Calculating the Mode of a Dataset
The mode is a measure of central tendency that identifies the most frequently occurring value(s) in a dataset. Unlike the mean and median, the mode does not require numerical calculations but instead focuses on how often values appear. In this section, we will define the mode, discuss its characteristics, and explore examples of how to determine and interpret it.
Mode
What is the Mode?
The mode of a dataset is the value(s) that occur locally with the highest frequency.
What Does "Occur Locally" Mean?
When discussing the shape of histograms, we encountered unimodal, multimodal, and uniform distributions. The mode corresponds to the peaks in these distributions.
- A unimodal distribution has one peak.
- A multimodal distribution has multiple peaks with similar frequencies.
- A uniform distribution has no distinct peaks, meaning no mode exists.
Identifying these peaks precisely requires advanced mathematical techniques, such as calculus, even though many multimodal distributions are intuitive and can be visualized easily with histograms, stem-and-leaf plots, and dot plots. (Human height, for example, is bimodal because there is a mode for men's height and a mode for women's height since, on average, men tend to be about five inches taller than women.) Therefore, we will refine our definition of mode to avoid local considerations.
Definition: Mode
The mode of a dataset is the value(s) that occur most frequently.
What Changed in This Definition?
By removing the term "occur locally," we ensure that all identified modes have the same frequency. This revised definition makes it easier to identify all the modes at a glance from frequency distributions.
Example
Find the mode of the 2016-2017 tuition and fees (in thousands of dollars) for the top 14 universities in the U.S. by hand.
Tuition and Fees | ||||||
---|---|---|---|---|---|---|
45 | 47 | 52 | 49 | 55 | 48 | 48 |
51 | 51 | 50 | 51 | 48 | 51 | 51 |
Solution
By observation, the most frequently occurring value is 51, which appears five times.
Thus, the mode is 51.
$$\tag*{\(\blacksquare\)}$$
Example
The following LSAT scores for a sample of 50 students are recorded below. Use the Summary Statistics Calculator to determine if a mode exists, and if it does, identify the mode(s). Also, classify the dataset as unimodal, multimodal, or having no mode.
LSAT Scores | |||||||||
---|---|---|---|---|---|---|---|---|---|
174 | 172 | 169 | 176 | 169 | 170 | 175 | 171 | 168 | 177 |
165 | 180 | 173 | 166 | 178 | 170 | 174 | 167 | 179 | 172 |
163 | 181 | 171 | 164 | 177 | 169 | 175 | 168 | 180 | 170 |
Solution
Copy the data and enter it into the Summary Statistics Calculator.

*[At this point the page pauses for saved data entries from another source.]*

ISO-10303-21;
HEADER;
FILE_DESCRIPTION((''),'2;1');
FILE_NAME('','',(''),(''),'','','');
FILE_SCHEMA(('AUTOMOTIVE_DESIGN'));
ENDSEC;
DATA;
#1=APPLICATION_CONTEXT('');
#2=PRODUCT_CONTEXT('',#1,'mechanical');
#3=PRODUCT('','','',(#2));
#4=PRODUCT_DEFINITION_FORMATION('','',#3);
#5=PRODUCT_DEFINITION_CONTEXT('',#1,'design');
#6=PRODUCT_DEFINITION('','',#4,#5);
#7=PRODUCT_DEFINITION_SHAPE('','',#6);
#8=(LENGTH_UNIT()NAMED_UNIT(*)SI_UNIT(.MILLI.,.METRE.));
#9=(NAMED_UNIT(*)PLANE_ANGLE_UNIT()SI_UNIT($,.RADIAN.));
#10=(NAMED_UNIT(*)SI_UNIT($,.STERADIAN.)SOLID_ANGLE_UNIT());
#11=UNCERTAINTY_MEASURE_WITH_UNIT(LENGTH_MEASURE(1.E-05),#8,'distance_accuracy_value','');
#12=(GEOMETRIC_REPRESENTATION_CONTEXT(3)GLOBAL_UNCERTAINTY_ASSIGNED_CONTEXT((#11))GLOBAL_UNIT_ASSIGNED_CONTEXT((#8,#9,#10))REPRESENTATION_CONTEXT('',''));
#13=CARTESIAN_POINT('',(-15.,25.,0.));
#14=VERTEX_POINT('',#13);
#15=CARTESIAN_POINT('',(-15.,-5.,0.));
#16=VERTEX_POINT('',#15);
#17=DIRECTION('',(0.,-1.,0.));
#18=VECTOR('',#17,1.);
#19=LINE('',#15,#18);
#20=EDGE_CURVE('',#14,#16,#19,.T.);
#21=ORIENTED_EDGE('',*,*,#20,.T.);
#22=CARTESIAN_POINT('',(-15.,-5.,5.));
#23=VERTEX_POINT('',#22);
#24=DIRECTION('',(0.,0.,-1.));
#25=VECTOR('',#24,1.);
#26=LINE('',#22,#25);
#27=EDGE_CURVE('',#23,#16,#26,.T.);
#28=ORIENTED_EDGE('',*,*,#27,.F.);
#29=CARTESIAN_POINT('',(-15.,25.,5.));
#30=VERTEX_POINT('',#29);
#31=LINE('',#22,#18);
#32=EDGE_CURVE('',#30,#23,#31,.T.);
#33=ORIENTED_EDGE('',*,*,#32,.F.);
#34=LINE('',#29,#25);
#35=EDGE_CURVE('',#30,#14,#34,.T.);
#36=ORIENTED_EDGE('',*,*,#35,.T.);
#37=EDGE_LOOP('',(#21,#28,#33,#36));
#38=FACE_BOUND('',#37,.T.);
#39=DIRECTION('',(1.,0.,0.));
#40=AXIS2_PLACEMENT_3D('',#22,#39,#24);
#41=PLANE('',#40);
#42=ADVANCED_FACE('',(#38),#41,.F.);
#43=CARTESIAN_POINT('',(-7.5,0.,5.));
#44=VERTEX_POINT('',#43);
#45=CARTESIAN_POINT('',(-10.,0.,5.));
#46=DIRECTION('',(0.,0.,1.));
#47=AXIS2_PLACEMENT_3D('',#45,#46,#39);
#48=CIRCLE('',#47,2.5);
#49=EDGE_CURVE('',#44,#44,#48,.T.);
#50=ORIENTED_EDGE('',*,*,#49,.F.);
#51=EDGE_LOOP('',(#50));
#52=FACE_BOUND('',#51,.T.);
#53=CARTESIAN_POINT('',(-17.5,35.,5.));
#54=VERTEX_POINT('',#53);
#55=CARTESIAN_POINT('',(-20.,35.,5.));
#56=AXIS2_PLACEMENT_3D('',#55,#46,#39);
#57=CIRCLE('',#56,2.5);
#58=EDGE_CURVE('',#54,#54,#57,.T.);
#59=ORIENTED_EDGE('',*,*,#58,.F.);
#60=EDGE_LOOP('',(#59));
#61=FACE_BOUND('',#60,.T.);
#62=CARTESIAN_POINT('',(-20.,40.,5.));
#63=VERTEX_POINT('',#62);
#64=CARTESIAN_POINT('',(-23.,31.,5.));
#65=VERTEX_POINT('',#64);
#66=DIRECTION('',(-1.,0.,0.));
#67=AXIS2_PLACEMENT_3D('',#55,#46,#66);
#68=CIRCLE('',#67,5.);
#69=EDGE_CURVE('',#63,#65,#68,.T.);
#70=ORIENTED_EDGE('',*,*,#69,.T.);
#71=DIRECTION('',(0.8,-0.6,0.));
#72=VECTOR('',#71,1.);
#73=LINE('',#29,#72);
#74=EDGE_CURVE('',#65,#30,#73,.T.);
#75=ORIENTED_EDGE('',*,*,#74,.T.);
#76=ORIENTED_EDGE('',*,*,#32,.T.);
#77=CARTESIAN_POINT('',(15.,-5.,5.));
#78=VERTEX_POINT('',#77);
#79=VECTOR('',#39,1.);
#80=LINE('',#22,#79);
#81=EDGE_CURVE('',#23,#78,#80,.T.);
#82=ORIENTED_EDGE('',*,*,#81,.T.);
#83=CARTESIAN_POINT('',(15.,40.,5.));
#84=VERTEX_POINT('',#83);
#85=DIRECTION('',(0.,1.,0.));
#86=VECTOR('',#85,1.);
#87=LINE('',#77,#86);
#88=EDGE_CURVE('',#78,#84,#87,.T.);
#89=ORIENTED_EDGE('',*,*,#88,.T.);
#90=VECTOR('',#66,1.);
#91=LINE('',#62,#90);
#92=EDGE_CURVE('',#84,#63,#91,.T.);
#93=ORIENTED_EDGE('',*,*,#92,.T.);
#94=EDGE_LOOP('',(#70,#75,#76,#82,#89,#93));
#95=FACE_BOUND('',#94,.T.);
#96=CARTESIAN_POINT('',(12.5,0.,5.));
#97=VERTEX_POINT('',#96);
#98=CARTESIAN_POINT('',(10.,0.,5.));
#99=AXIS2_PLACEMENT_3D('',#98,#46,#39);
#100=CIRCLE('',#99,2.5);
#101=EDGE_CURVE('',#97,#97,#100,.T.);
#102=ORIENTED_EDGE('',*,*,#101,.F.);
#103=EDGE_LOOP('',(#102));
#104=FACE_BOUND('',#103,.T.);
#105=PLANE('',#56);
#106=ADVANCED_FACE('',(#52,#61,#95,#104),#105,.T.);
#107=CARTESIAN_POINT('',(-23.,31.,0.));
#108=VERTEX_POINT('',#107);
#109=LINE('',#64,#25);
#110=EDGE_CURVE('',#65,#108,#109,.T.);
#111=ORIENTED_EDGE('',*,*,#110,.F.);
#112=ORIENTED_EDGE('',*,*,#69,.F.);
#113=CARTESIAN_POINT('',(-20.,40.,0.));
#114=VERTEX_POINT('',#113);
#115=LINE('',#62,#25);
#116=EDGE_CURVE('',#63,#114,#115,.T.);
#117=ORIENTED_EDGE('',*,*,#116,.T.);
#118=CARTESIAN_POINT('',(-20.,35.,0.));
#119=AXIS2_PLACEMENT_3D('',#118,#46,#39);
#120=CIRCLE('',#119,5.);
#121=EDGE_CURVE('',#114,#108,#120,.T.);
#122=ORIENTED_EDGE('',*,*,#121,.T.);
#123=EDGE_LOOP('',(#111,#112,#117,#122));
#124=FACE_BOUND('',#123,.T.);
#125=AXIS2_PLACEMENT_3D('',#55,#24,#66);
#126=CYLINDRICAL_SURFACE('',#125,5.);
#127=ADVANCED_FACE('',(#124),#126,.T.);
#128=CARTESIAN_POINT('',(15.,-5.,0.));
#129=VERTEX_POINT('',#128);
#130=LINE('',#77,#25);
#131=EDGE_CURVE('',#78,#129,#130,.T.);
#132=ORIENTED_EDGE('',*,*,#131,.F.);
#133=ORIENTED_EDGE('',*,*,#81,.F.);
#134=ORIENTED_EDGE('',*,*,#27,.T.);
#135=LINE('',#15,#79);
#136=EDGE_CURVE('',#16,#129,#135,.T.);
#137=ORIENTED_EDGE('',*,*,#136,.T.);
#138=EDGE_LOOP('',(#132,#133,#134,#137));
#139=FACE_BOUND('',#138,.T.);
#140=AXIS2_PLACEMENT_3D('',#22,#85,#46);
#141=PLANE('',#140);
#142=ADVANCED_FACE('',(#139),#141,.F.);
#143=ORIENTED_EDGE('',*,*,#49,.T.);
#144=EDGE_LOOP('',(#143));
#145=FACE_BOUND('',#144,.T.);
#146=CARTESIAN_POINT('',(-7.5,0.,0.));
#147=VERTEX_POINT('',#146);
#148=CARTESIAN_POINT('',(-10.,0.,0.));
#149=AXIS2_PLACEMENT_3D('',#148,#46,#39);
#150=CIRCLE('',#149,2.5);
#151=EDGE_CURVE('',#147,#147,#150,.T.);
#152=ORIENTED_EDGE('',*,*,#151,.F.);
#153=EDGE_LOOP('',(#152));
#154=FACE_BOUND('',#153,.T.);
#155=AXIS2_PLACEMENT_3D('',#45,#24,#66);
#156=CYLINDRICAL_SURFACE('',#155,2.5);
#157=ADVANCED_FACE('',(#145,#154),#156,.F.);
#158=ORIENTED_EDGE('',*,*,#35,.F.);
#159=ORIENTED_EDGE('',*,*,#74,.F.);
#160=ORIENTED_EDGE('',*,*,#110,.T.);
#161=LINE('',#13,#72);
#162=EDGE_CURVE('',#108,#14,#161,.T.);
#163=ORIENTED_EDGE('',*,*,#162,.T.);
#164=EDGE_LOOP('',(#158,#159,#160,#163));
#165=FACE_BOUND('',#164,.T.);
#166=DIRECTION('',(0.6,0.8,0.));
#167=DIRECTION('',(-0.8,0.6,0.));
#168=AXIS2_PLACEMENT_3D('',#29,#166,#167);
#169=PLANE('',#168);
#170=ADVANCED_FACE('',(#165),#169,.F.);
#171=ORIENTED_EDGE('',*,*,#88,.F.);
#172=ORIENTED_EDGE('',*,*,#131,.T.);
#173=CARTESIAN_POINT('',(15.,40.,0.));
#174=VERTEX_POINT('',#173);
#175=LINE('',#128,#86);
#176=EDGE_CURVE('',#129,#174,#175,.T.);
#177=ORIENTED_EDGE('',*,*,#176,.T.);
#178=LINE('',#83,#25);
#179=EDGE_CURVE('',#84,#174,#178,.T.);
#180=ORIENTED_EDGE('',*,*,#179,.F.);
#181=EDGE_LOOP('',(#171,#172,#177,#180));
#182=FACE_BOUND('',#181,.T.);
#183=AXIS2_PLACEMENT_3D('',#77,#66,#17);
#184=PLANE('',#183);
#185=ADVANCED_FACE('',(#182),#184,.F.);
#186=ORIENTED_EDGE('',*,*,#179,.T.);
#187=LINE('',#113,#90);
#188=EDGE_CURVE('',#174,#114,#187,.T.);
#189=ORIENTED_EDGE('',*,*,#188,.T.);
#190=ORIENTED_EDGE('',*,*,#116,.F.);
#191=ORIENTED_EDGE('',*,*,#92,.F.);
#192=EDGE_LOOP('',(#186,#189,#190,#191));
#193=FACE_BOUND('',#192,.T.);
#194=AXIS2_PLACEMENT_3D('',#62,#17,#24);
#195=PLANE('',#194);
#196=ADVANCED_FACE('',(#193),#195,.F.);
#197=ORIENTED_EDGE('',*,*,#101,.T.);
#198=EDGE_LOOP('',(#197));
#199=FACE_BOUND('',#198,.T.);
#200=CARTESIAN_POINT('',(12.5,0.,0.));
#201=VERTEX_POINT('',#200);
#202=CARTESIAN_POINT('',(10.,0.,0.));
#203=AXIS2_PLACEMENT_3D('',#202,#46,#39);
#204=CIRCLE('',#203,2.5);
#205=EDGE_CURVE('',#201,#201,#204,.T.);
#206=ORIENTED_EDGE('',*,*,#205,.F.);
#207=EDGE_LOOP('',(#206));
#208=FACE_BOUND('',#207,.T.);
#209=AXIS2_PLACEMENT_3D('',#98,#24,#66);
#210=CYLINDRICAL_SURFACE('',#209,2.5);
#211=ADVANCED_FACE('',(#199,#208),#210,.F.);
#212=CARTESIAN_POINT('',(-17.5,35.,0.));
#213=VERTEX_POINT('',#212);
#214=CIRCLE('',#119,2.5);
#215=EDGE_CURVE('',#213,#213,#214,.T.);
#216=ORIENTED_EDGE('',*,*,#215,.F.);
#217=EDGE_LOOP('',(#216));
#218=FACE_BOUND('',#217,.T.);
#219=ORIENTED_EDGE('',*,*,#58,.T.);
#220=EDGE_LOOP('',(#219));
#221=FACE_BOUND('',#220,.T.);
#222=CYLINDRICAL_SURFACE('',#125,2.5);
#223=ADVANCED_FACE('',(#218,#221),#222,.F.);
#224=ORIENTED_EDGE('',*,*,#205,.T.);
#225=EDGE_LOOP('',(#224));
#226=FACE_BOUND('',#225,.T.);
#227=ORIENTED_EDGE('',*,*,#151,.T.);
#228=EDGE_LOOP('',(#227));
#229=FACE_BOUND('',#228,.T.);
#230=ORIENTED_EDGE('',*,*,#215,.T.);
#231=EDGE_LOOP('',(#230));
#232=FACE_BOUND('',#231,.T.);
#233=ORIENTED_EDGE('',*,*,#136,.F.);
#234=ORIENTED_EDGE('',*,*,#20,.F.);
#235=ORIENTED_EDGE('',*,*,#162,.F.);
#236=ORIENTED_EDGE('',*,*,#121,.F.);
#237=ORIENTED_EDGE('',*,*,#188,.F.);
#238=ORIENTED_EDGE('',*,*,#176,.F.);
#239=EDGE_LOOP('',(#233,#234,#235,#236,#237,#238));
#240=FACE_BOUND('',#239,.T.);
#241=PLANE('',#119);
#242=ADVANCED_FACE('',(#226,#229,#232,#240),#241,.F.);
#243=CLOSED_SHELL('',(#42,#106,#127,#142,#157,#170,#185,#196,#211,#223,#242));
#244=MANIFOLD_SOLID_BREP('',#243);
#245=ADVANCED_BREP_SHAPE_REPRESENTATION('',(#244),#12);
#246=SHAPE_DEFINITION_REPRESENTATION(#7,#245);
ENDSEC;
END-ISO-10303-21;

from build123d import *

# Parameters (mm, degrees)
SKETCH1_R           = 2.5
BOSS_EXTRUDE1_DEPTH = 5


with BuildPart() as part:
    # Sketch1 → Boss-Extrude1 (new body)
    with BuildSketch(Plane.XY):
        with BuildLine():
            Line((-15, -5), (15, -5))
            Line((15, -5), (15, 40))
            Line((15, 40), (-20, 40))
            ThreePointArc((-20, 40), (-23.535533906, 38.535533906), (-25, 35))
            ThreePointArc((-25, 35), (-24.472135955, 32.763932023), (-23, 31))
            Line((-23, 31), (-15, 25))
            Line((-15, 25), (-15, -5))
        make_face()
        with Locations((-10, 0)):
            Circle(SKETCH1_R, mode=Mode.SUBTRACT)
        with Locations((10, 0)):
            Circle(SKETCH1_R, mode=Mode.SUBTRACT)
        with Locations((-20, 35)):
            Circle(SKETCH1_R, mode=Mode.SUBTRACT)
    extrude(amount=BOSS_EXTRUDE1_DEPTH)


solid = part.part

Click on the Mode Checkbox.
The tool reveals that 169 and 170 are the modes of the data set, and indicates that this is a bimodal set, which is a type of multimodal distribution.
$$\tag*{\(\blacksquare\)}$$
The mode is particularly useful to summarize certain types of qualitative data. Unfortunately, the Summary Statistics Calculator does not handle qualitative data. Therefore, we will use the Frequency Distribution Tool to make a frequency distribution of the data and then find the data point(s) with the highest frequency.
Example
The following dataset represents the size of shirts sold over the last 30 days at a clothing retailer. Use the Frequency Distribution Tool to determine the mode of the dataset.
Shirt Sizes | |||||||||
---|---|---|---|---|---|---|---|---|---|
Small | Medium | Large | X-Large | X-Large | Medium | Large | X-Large | Small | X-Large |
Medium | X-Large | X-Large | Large | Small | X-Large | Medium | X-Large | Large | X-Large |
X-Large | X-Large | Large | Small | Medium | X-Large | X-Large | X-Large | Large | Medium |
X-Large | Large | Medium | X-Large | X-Large | Small | Medium | Large | X-Large | X-Large |
Large | X-Large | Medium | Small | X-Large | X-Large | X-Large | Large | Small | Medium |
Solution
Load the data into the Frequency Distribution Tool, and nothing should appear since we only make classes with quantitative data.
To display a frequency distribution of the raw data, deselect the 'Organize Data Into Classes' checkbox. The distribution will then appear on the right.
From the distribution, the most frequently sold size was X-Large, with a count of 23.
Conclusion
The mode helps identify the most common values in a dataset, making it useful for analyzing both quantitative and qualitative data. Unlike the mean and median, the mode may not always exist and can have multiple values. By understanding how to determine the mode and classify distributions as unimodal, multimodal, or having no mode, we gain deeper insights into data patterns.